Perangkat alat dan bahan yang digunakan dalam upacara peusijuek ini adalah : on gaca, bak pineung, on kunyet, on nilam, on birah, naleueng sambo, sira, saka, boh kuyuen dan minyeuk ata. Peranannya adalah sebagai berikut :

- On gaca (daun pacar), sifatnya tahan panas dan tahan dari segala penyakit, sedangkan maknanya adalah agar benih padi yang akan ditanami kuat dan tahan dari segala gangguan hama, seperti halnya daun pacara tersebut.
- Bak pineueng (phon pinang), sifat asalnya tumbuh tegak dan kuat. Maknanya ialah agar benih padi tersebut akan tumbuh tegak dan kuat seperti halnya pohon pinang.
- On kunyet (daun kunyit), sifat asalnya tahan dari penyakit. Warnanya kuning dan buahnya bersih, maknanya ialah agar benih padi tersebut tahan dari segala serangan penyakit dan tumbuh subur seperti kunyit.
- On nilam (daun nilam), sifat asalnya apabila dibuat minyaknya harum sehingga orang banyak yang senang. Maknanya ialah agar padi tersebut memiliki bentuk daun nilam, buah padinya tumbuh subur.
- On birah (daun keladi), daunnya yang berwarna hijau dan tahan hujan, maknanya agar benih padi yang akan ditanam menjadi seperti daun keladi tersebut dan tahan dari gangguan hama.
- On naleueng sambo (daun rumput panjang), sifatnya kokoh dan teguh, akarnya kuat, sehingga tahan dari segala penyakit. Maknanya agar benih padi tersebut memiliki daya tahan dari gangguan serangan penyakit.
- Sira (garam). Sifat sira adalah asin dan dapat menghancurkan bibit penyakit. Maknanya adalah agar benih padi yang disemai memiliki sifat seperti garam, yaitu dapat menghancurkan penyakit yang hinggap pada padi, sehingga tumbuh dengan subur.

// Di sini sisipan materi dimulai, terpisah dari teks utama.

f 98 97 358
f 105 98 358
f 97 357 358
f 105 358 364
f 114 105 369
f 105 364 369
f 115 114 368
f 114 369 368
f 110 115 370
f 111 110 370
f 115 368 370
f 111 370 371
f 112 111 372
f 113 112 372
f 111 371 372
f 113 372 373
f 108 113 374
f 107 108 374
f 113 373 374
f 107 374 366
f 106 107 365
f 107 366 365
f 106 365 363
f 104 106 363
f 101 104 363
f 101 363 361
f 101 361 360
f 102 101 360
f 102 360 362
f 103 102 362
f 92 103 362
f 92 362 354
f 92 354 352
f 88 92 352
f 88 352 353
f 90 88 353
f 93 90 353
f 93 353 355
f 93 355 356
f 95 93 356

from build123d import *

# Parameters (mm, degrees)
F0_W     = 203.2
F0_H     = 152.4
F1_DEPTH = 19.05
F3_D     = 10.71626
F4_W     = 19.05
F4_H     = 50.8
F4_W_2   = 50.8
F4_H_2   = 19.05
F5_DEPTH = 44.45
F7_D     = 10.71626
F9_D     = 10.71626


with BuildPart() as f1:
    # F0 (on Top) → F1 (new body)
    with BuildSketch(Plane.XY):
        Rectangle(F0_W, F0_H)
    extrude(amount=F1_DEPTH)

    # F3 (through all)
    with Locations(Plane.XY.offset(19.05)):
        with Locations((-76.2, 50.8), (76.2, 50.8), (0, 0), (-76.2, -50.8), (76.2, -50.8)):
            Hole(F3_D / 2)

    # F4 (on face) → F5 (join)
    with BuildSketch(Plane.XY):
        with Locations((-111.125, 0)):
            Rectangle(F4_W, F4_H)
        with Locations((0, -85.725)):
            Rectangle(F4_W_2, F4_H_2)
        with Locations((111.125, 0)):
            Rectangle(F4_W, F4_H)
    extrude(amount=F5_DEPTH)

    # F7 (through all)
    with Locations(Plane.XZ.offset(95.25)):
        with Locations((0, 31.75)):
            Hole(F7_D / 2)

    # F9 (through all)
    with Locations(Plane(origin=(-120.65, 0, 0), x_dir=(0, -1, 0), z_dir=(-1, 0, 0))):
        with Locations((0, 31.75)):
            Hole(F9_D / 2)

- Saka (gula). Sifat saka adalah manis. Maknanya adalah agar padi yang akan disemai dapat memberikan manfaat bagi orang yang menyemainya.
- Boh kuyuen (jeruk nipis) ; minyeuk ata (minyak wangi) dicampurkan dengan air putih sehingga menjadi harum. Maknanya ialah benih padi itu diibaratkan sebagai bayi yang baru lahir, memerlukan wangi-wangian. Orang-orang yang menciumnya akan merasa senang dan segar. Demikian juga halnya dengan benih padi yang diperlakukan seperti bayi, supaya tumbuh subur dan banyak orang yang senang melihatnya.
- Asap keumeunyan (kemenyan), dibakar ketika padi menjelang direndam. Maknanya adalah agar padi dapat hidup dengan leluasa dan sempurna serta cepat berbuah.

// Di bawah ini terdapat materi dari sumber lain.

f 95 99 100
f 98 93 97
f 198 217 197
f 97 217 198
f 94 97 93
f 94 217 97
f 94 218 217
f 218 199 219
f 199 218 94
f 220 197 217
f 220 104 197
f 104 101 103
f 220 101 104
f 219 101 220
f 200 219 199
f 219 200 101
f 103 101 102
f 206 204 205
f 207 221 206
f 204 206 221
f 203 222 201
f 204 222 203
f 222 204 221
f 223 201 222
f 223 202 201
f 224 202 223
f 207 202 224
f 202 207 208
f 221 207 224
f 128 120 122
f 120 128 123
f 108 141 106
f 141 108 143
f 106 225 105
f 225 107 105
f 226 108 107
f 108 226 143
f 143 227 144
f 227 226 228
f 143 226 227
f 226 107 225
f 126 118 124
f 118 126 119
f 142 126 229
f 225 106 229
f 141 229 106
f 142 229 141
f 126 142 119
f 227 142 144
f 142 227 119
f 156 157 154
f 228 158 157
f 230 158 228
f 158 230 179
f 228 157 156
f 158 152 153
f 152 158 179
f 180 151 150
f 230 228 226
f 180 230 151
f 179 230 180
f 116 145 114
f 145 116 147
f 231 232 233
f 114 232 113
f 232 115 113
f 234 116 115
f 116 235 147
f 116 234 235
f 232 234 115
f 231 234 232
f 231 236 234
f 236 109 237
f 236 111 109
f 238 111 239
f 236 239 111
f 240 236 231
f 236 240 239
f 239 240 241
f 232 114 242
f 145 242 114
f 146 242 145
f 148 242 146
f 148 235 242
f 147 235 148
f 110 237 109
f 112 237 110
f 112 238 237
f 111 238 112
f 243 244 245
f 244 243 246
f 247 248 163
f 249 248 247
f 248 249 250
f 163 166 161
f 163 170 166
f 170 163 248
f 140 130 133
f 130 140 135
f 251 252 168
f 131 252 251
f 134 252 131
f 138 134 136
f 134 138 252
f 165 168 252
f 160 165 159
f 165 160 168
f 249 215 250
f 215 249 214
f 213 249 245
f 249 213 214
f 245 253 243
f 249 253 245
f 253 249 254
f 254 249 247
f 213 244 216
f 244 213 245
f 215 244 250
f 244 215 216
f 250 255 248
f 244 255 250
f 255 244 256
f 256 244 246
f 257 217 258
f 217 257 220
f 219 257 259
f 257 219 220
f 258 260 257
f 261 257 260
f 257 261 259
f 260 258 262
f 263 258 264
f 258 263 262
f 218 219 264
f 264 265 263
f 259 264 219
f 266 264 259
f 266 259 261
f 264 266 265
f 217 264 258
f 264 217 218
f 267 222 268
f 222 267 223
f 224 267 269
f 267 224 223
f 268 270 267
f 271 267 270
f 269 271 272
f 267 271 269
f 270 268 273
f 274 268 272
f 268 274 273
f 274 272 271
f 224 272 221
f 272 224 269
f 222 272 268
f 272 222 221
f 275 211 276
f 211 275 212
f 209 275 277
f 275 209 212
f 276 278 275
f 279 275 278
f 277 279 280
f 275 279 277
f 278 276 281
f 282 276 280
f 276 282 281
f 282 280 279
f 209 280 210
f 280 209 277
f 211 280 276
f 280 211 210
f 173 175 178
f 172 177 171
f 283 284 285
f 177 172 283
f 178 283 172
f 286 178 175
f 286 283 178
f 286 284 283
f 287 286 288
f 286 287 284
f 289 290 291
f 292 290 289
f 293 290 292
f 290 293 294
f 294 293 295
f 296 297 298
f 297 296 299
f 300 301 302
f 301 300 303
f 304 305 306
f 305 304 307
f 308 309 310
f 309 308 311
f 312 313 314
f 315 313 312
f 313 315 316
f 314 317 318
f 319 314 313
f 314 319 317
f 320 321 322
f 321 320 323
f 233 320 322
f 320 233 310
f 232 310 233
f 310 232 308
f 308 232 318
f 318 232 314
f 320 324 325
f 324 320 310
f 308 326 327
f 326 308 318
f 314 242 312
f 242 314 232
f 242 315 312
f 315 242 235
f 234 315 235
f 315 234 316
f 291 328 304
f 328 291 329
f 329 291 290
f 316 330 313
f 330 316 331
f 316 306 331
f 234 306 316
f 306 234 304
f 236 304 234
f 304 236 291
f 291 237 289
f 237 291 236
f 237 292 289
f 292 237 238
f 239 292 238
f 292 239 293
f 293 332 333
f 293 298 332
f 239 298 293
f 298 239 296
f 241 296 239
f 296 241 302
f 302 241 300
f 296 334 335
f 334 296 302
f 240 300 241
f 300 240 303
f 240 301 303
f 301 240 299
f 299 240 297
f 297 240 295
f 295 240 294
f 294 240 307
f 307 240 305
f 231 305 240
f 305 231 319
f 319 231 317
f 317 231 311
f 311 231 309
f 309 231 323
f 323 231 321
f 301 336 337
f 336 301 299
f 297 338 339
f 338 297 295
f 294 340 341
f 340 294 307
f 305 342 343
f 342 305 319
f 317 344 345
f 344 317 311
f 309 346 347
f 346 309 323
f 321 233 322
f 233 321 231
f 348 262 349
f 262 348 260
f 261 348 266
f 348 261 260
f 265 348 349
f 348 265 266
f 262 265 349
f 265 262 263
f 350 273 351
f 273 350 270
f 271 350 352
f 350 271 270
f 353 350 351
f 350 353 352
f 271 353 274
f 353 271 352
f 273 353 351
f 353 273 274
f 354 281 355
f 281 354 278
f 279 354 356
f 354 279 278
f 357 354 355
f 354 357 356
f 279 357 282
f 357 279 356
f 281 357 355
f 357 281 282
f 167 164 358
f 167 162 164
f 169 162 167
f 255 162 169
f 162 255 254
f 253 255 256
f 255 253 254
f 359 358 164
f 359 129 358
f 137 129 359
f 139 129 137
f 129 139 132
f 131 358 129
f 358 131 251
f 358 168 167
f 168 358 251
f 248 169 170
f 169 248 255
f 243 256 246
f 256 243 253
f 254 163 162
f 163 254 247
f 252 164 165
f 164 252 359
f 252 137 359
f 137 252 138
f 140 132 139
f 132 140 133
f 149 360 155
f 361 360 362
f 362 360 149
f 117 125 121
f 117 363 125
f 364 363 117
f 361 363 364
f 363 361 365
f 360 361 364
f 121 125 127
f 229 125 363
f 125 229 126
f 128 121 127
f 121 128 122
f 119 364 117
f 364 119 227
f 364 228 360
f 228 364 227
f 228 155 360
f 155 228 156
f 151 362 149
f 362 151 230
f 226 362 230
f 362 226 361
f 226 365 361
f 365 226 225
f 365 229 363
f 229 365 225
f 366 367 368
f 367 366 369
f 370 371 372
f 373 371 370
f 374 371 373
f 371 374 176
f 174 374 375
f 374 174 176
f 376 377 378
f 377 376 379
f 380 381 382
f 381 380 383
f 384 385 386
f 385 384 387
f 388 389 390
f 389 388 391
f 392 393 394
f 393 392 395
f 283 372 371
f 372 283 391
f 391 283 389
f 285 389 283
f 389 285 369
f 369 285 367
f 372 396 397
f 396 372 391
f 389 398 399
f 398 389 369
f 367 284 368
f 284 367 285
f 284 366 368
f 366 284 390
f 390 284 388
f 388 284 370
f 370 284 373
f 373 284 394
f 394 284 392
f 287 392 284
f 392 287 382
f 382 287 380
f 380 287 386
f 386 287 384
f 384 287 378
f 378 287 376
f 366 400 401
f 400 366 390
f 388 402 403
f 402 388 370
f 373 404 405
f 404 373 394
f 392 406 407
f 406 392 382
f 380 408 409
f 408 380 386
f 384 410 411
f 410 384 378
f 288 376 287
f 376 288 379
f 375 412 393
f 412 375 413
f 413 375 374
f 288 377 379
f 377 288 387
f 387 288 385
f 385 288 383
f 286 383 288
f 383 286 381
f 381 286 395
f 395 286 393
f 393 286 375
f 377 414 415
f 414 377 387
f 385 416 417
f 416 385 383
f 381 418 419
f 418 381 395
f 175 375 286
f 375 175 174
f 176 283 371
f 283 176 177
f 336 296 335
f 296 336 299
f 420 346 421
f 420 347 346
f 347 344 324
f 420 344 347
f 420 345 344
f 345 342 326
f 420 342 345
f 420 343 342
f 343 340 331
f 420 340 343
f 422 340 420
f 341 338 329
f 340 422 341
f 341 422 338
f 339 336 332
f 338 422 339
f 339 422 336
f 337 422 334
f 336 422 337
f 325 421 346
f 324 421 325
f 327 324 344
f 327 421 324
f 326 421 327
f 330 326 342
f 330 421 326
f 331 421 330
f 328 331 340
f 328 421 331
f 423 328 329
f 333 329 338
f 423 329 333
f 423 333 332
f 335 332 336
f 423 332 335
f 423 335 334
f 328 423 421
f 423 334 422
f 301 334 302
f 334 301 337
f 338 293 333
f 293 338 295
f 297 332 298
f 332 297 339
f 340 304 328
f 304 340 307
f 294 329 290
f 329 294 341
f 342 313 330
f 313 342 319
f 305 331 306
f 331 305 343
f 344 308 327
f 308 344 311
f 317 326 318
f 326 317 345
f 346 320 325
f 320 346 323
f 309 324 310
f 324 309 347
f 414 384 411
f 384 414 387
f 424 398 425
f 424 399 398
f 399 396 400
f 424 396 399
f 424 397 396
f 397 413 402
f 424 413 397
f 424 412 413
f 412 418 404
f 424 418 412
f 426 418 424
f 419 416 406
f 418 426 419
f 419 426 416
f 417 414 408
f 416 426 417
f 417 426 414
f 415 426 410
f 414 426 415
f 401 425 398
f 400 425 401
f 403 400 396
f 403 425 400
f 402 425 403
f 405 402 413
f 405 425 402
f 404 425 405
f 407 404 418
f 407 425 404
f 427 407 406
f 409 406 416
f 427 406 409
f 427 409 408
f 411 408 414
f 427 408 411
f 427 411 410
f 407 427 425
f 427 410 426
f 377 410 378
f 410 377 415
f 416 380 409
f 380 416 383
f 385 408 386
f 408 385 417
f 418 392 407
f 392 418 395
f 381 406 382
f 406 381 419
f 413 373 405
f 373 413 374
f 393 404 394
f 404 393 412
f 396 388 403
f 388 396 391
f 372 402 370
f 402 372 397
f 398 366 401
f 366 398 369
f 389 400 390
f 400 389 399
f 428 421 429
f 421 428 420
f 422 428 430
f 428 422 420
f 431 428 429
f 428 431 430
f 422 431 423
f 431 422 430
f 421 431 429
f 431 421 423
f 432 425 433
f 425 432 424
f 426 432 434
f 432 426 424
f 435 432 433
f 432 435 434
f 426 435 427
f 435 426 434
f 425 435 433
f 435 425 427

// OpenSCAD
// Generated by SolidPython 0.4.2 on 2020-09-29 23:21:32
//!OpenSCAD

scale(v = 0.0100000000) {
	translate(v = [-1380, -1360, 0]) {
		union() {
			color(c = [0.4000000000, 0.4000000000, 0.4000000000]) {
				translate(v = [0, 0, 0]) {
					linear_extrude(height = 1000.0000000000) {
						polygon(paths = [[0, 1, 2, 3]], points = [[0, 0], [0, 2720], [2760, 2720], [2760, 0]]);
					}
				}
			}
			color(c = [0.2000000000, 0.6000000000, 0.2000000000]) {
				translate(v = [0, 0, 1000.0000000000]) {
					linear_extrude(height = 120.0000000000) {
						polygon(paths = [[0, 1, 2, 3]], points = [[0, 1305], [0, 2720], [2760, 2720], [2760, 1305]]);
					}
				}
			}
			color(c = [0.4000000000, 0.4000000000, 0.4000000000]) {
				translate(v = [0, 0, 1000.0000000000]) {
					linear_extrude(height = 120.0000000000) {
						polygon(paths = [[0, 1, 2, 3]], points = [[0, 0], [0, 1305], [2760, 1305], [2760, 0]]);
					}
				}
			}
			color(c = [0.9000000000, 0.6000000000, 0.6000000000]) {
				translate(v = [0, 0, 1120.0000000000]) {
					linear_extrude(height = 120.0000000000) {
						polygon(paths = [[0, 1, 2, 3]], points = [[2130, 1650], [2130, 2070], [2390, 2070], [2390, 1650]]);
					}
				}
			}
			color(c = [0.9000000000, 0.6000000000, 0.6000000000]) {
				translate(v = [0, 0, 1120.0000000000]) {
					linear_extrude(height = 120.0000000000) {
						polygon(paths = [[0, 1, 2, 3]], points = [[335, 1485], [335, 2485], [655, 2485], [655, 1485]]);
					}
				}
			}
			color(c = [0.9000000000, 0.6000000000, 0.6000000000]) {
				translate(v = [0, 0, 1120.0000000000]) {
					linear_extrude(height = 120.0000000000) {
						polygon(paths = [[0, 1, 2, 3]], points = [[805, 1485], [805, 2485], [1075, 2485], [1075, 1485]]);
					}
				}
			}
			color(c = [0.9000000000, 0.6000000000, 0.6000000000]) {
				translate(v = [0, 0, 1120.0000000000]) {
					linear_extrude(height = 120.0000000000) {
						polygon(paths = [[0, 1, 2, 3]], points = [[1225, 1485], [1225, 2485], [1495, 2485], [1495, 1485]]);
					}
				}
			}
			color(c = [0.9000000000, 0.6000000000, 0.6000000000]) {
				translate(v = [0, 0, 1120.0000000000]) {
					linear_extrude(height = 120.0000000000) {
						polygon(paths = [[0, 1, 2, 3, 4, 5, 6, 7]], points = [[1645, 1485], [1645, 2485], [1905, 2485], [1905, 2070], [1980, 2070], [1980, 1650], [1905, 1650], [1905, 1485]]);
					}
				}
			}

3. Peusijuk Tempat Tinggai
Setiap orang yang mendiami rumah baru, kebiasaannya dilakukan upacara peusijuek. Pelaksanaannya oleh beberapa orang terdiri dari tiga, lima orang dan seterusnya dalam jumlah ganjil. Upacara ini dimaksudkan untuk mengambil berkah agar yang tinggal di tempat ini mendapat ridha Allah mudah rezeki dan selalu dalam keadaan sehat wal'afiat. Pada upacara ini alat-alat yang digunakan adalah ; dalong, bu leukat, tumpo / u mirah, breueh pade, on sisijuek, on manek manoe, naleueng sambo (ketiga yang terakhir di ikat menjadi satu), glok dan sangee.

4. Peusijuk Peudong Rumoh
Rumah adalah salah satu kebutuhan pokok manusia. Oleh karena itu, kegiatan membangun rumah selalu dipilih pada hari baik. Demikian juga dalam memilih bahan-bahan rumah yang dianggap baik. Selanjutnya, membangun rumah atau sering disebut peudong rumoh diawali dengan upacara peusijuek. Yang di peusijuek biasanya adalah tameh (tiang) raja, dan tameh putroe serta tukang yang mengerjakannya (utoh) agar ia diberkati oleh Allah SWT. Adapun bahan-bahan yang diperlukan untuk upacara peusijuek ini adalah : dalong, bu leukat, breueh pade, teupong taweue, on sisijuek, on manek manoe, naleueng sambo, ija puteh dan ija mirah, glok dan sangge.

5. Peusijuk Keurubeuen
Bagi orang Islam yang mampu, sering memberikan kurban pada hari raya sesuai dengan hukum agama. Seekor hewan kecil (kambing atau domba) cukup untuk korban bagi seorang, sedangkan tujuh orang secara bersama-sama memberi korban seekor hewan besar (sapi). Perangkat yang digunakan dalam upacara peusijuek ini adalah sebagai berikut : dalong, boh manok meuntah, teupong taweue, breueh pade, on sisijuek, on manek manoe, naleueng sambo, minyeuk ata, suereuma, baja, ceureuemen, sugot, sikin cuko, gincu (lipstik), boh kayee (buah-buahan), tirai peunahan matahari, dan ija puteh (kain putih). Semua bahan, termasuk alat-alat adalah untuk merapikan tubuh domba oleh penyembelih (jagal) dipakai menurut kegunaannya masing-masing.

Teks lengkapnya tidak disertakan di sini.